I’m assured that Bali has changed in a the last seven years, but apart from the disappearance of the pirate DVD shops, it seems the same to me. There’s a vaguely incense-y smell everywhere that I instantly remembered at a very deep level. The city is filled with a sense of amiable chaos which would be frustrating if you actually wanted to get some work done, but which is charming if you’re on holiday. There’s no graffiti except on long-abandoned buildings, and even then, not that much of it. Any unused space is quickly swamped by exuberant plant growth. The streets throng with taxis, scooters, skinny stray dogs, and the odd random chicken.


After checking into my hotel, and changing out of the winter clothes I’d been wearing in Perth and into the summer clothes I’d brought with me, I decided to start on my List. Before I’d left Australia I’d researched the best small bars and restaurants in Bali, and compiled a list that I could handily reach from central Seminyak. It was disappointing to see that some iconic establishments, such as Metis and Sarong, had closed during the pandemic and never reopened. However others, like Merah Putih and Mamasan, were still in business, along with a slew of new “it” places that have impressed food and beverage critics.


I decided to start with one of these new ones, Motel Mexicola. only 500 metres seaward from my hotel. I had flashes of familiarity as I wandered towards it; the incongruousness of smart shops next to overgrown vacant lots, the absence of sidewalks necessitating darting around traffic on the road itself, the open sewers half covered with concrete panels or optimistically semi-concealed by ornamental planters of bouganvillia or fairylit clumps of bamboo.


The restaurant itself was fully booked – almost inevitable in Seminyak – but I could sit at the bar outside and have drinks and light foods. Which suited me fine. After the deep, abiding cold of the last few nights in Perth, sitting outside in the balmy tropical heat was glorious, and it was gloriouser with a frozen margarita and some chips and guacamole.

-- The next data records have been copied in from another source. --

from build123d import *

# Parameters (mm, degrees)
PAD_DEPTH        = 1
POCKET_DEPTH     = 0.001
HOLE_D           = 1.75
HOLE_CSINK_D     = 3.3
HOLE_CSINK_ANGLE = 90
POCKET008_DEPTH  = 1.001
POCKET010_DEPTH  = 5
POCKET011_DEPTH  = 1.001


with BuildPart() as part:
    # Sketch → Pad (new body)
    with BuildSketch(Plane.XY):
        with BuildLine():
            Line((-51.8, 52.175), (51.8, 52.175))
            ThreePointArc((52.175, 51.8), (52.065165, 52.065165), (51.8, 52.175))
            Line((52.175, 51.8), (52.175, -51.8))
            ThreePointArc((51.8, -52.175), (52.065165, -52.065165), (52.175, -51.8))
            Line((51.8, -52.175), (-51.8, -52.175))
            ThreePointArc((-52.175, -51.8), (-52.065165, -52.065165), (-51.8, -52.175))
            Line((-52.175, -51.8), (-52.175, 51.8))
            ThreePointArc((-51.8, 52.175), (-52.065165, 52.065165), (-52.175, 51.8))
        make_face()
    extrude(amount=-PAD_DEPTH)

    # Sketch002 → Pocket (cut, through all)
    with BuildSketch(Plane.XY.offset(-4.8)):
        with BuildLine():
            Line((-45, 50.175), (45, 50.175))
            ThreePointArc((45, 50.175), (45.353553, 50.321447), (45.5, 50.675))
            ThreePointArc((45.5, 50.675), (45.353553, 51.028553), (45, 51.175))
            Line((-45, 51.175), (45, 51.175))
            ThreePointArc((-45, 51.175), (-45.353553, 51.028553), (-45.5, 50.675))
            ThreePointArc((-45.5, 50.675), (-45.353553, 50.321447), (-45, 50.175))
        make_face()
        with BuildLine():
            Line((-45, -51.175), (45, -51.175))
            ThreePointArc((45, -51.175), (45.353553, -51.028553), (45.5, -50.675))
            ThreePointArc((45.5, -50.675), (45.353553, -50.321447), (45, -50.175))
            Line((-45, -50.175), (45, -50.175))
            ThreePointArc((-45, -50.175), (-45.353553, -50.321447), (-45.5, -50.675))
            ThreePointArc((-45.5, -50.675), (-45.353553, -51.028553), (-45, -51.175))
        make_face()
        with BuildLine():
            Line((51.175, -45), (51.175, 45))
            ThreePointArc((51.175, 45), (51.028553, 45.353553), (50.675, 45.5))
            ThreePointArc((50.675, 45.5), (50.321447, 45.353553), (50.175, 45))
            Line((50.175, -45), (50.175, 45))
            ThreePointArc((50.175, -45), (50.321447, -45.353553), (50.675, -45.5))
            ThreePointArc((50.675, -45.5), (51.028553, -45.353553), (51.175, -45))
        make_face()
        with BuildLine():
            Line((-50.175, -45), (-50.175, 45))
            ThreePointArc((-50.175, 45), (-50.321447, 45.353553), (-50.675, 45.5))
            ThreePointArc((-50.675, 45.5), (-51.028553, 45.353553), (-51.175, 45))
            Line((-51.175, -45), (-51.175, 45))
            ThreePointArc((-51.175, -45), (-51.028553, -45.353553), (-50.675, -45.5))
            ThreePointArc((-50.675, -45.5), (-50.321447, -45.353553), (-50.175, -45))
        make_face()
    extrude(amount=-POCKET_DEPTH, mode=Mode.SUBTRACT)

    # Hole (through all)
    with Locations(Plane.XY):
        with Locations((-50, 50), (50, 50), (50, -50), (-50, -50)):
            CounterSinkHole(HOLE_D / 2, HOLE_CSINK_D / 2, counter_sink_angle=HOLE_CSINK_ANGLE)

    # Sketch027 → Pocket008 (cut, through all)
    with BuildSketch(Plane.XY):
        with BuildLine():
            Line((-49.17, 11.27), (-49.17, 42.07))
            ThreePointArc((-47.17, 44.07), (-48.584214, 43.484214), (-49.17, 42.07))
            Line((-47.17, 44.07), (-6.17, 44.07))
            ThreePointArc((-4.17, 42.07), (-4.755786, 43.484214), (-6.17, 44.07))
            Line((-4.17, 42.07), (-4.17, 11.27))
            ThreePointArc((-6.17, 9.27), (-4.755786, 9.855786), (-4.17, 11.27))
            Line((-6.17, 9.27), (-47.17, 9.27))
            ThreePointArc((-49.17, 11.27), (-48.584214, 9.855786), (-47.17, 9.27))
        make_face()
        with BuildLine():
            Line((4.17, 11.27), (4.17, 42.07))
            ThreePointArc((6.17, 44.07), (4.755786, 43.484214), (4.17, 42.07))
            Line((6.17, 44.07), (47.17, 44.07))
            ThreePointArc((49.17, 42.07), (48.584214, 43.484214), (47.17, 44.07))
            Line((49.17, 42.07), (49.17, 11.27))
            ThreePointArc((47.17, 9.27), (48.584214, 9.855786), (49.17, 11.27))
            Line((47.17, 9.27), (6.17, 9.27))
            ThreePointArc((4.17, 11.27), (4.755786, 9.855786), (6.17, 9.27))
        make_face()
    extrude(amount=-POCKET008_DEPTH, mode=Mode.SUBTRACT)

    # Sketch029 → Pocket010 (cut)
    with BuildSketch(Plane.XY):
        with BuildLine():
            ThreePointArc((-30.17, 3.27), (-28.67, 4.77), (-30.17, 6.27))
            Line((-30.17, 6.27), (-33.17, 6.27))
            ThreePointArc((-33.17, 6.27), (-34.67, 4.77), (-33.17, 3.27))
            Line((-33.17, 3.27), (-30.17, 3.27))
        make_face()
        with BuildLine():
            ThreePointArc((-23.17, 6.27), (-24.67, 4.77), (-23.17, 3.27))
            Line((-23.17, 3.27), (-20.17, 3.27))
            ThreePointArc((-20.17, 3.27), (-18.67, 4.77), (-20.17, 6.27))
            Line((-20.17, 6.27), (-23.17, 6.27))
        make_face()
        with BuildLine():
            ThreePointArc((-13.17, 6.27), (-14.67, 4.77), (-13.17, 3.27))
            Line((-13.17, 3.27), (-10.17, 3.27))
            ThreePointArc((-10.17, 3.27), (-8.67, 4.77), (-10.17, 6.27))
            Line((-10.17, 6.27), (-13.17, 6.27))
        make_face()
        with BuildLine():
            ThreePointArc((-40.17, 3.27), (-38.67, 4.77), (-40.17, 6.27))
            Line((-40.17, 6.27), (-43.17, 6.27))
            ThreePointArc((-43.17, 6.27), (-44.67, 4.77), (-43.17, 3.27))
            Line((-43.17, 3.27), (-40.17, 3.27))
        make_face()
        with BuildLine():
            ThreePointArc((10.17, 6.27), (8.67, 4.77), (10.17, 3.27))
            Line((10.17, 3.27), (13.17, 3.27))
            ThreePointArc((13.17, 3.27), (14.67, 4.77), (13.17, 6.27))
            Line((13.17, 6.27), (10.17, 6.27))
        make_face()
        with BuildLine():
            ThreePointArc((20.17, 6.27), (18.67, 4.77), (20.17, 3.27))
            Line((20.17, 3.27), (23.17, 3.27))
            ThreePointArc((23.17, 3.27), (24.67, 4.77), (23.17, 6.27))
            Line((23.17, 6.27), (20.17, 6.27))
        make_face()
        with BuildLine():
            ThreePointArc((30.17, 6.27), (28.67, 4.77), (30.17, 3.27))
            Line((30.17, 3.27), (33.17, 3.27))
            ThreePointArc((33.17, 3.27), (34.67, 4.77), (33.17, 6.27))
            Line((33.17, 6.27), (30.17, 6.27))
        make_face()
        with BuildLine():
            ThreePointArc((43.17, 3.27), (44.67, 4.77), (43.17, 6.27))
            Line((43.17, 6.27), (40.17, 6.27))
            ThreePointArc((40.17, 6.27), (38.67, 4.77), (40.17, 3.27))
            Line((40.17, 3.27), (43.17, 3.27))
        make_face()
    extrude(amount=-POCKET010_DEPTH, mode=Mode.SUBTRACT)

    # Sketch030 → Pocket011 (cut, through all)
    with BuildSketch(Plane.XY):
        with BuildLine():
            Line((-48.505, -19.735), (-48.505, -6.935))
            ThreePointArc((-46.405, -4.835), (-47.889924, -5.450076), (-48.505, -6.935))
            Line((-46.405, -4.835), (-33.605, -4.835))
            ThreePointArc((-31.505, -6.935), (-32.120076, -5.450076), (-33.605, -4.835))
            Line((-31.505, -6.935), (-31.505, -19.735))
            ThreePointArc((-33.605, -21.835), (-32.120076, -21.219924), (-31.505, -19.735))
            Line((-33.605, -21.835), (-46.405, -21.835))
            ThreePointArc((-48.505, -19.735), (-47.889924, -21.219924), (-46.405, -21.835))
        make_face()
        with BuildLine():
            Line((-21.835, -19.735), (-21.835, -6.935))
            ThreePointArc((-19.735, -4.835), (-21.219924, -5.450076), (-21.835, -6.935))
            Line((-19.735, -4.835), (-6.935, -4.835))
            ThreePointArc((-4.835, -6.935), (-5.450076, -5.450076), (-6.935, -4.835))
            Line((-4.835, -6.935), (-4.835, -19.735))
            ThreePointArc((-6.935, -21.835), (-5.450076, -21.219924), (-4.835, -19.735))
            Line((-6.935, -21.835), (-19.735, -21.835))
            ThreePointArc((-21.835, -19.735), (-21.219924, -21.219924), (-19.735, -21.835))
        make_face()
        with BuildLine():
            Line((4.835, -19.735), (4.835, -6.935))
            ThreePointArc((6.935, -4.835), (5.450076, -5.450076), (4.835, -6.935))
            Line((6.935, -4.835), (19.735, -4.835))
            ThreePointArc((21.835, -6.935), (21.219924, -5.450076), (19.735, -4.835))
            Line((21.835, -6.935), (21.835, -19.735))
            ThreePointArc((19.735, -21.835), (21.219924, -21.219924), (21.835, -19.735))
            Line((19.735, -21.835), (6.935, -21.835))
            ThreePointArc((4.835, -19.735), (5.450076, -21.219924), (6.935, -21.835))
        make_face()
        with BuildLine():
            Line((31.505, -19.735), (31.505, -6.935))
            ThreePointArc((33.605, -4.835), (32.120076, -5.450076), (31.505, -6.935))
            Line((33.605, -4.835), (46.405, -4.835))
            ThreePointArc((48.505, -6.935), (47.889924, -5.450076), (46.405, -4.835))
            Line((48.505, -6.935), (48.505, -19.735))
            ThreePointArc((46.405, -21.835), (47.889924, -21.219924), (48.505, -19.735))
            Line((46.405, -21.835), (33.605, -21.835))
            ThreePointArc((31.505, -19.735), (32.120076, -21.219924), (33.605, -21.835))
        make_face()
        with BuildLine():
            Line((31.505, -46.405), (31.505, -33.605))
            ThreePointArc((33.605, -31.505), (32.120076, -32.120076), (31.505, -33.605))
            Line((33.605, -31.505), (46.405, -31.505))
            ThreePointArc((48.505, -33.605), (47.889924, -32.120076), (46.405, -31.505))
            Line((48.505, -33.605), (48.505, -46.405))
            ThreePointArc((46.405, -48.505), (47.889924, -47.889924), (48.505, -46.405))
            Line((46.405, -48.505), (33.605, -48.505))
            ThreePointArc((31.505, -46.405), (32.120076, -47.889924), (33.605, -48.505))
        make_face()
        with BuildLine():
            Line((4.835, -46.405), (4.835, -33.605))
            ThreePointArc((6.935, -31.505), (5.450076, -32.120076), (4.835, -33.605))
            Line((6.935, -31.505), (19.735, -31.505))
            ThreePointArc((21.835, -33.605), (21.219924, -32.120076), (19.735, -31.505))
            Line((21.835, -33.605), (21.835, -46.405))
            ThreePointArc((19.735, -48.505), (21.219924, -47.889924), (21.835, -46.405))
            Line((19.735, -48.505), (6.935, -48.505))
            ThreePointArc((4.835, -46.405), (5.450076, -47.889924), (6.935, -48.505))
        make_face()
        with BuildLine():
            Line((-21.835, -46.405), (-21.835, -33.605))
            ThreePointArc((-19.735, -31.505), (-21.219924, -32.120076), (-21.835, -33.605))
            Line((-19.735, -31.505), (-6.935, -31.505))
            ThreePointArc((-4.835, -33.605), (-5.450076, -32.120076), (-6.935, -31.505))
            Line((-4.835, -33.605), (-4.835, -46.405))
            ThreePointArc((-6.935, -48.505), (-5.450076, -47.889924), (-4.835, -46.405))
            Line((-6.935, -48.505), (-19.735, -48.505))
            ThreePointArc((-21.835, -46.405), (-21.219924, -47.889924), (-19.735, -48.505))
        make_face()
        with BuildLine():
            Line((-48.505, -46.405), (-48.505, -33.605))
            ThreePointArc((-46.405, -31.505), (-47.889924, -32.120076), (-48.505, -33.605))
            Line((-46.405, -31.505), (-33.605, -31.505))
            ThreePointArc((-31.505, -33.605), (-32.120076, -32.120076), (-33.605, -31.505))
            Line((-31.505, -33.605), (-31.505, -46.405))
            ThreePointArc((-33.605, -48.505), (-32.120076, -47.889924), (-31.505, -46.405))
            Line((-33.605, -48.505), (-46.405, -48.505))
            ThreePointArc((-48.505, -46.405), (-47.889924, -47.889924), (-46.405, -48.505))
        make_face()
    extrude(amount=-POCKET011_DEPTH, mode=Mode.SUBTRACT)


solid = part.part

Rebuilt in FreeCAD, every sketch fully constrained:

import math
import FreeCAD as App
import Part
import Sketcher

V = App.Vector
Q = App.Units.Quantity

doc = App.newDocument("Part")
body = doc.addObject("PartDesign::Body", "Body")

# Sketch on XY plane
sketch1 = doc.addObject("Sketcher::SketchObject", "Sketch")
body.addObject(sketch1)
sketch1.AttachmentSupport = (doc.XY_Plane, [""])
sketch1.MapMode = "FlatFace"
sketch1.addGeometry([
    Part.LineSegment(V(51.8, 52.175, 0), V(-51.8, 52.175, 0)),  # 0
    Part.ArcOfCircle(Part.Circle(V(-51.8, 51.8, 0), V(0, 0, 1), 0.375), math.radians(90.000022), math.radians(179.999978)),  # 1
    Part.LineSegment(V(-52.175, 51.8, 0), V(-52.175, -51.8, 0)),  # 2
    Part.ArcOfCircle(Part.Circle(V(-51.8, -51.8, 0), V(0, 0, 1), 0.375), math.radians(-179.999978), math.radians(-90.000022)),  # 3
    Part.LineSegment(V(-51.8, -52.175, 0), V(51.8, -52.175, 0)),  # 4
    Part.ArcOfCircle(Part.Circle(V(51.8, -51.8, 0), V(0, 0, 1), 0.375), math.radians(-89.999978), math.radians(-0.000022)),  # 5
    Part.LineSegment(V(52.175, -51.8, 0), V(52.175, 51.8, 0)),  # 6
    Part.ArcOfCircle(Part.Circle(V(51.8, 51.8, 0), V(0, 0, 1), 0.375), math.radians(0.000022), math.radians(89.999978)),  # 7
], False)
sketch1.addConstraint([
    Sketcher.Constraint("Tangent", 0, 2, 1, 1),
    Sketcher.Constraint("Tangent", 1, 2, 2, 1),
    Sketcher.Constraint("Tangent", 2, 2, 3, 1),
    Sketcher.Constraint("Tangent", 3, 2, 4, 1),
    Sketcher.Constraint("Tangent", 4, 2, 5, 1),
    Sketcher.Constraint("Tangent", 5, 2, 6, 1),
    Sketcher.Constraint("Tangent", 6, 2, 7, 1),
    Sketcher.Constraint("Tangent", 7, 2, 0, 1),
    Sketcher.Constraint("Horizontal", 0),
    Sketcher.Constraint("Vertical", 2),
    Sketcher.Constraint("Horizontal", 4),
    Sketcher.Constraint("Vertical", 6),
    Sketcher.Constraint("Equal", 1, 3),
    Sketcher.Constraint("Equal", 3, 5),
    Sketcher.Constraint("Equal", 5, 7),
    Sketcher.Constraint("Symmetric", 1, 3, 5, 3, -1, 1),
    Sketcher.Constraint("Equal", 4, 2),
    Sketcher.Constraint("DistanceX", 0, 2, 0, 1, Q("103.6 mm")),
    Sketcher.Constraint("Radius", 1, Q("0.375 mm")),
])
pad1 = doc.addObject("PartDesign::Pad", "Pad")
body.addObject(pad1)
pad1.Profile = sketch1
pad1.Length = 1
pad1.Reversed = True

# Sketch on XY plane
sketch2 = doc.addObject("Sketcher::SketchObject", "Sketch001")
body.addObject(sketch2)
sketch2.AttachmentSupport = (doc.XY_Plane, [""])
sketch2.MapMode = "FlatFace"
sketch2.AttachmentOffset = App.Placement(V(0, 0, -4.8), App.Rotation())
sketch2.addGeometry([
    Part.LineSegment(V(-45, 50.175, 0), V(45, 50.175, 0)),  # 0
    Part.ArcOfCircle(Part.Circle(V(44.999999, 50.675001, 0), V(0, 0, 1), 0.500001), math.radians(-89.999847), math.radians(-0.000153)),  # 1
    Part.ArcOfCircle(Part.Circle(V(44.999999, 50.674999, 0), V(0, 0, 1), 0.500001), math.radians(0.000153), math.radians(89.999847)),  # 2
    Part.LineSegment(V(45, 51.175, 0), V(-45, 51.175, 0)),  # 3
    Part.ArcOfCircle(Part.Circle(V(-44.999999, 50.674999, 0), V(0, 0, 1), 0.500001), math.radians(90.000153), math.radians(179.999847)),  # 4
    Part.ArcOfCircle(Part.Circle(V(-44.999999, 50.675001, 0), V(0, 0, 1), 0.500001), math.radians(-179.999847), math.radians(-90.000153)),  # 5
    Part.LineSegment(V(-45, -51.175, 0), V(45, -51.175, 0)),  # 6
    Part.ArcOfCircle(Part.Circle(V(44.999999, -50.674999, 0), V(0, 0, 1), 0.500001), math.radians(-89.999847), math.radians(-0.000153)),  # 7
    Part.ArcOfCircle(Part.Circle(V(44.999999, -50.675001, 0), V(0, 0, 1), 0.500001), math.radians(0.000153), math.radians(89.999847)),  # 8
    Part.LineSegment(V(45, -50.175, 0), V(-45, -50.175, 0)),  # 9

Cory and Cody grabbed their boards and hit the closest thing to a wave in the near vicinity. But clearly one of them underestimated the chances of a wipeout.






Sunday, July 16, 2023

Love

I was in Italy earlier this year, and now I’m heading to Bali. It’s a good thing I have absolutely zero interest in India, because I’m already two-thirds of the way to being Elizabeth Gilbert. What does it say about my spiritual life that I’ve done the Eat and the Love but leaving out the Pray?


When it came to choosing a Lego minifig to come with me, as I’m heading to a beach-oriented paradise there was only one obvious option. Or, rather, two. Their names are Cory and Cody, although I’m yet to work out which is which.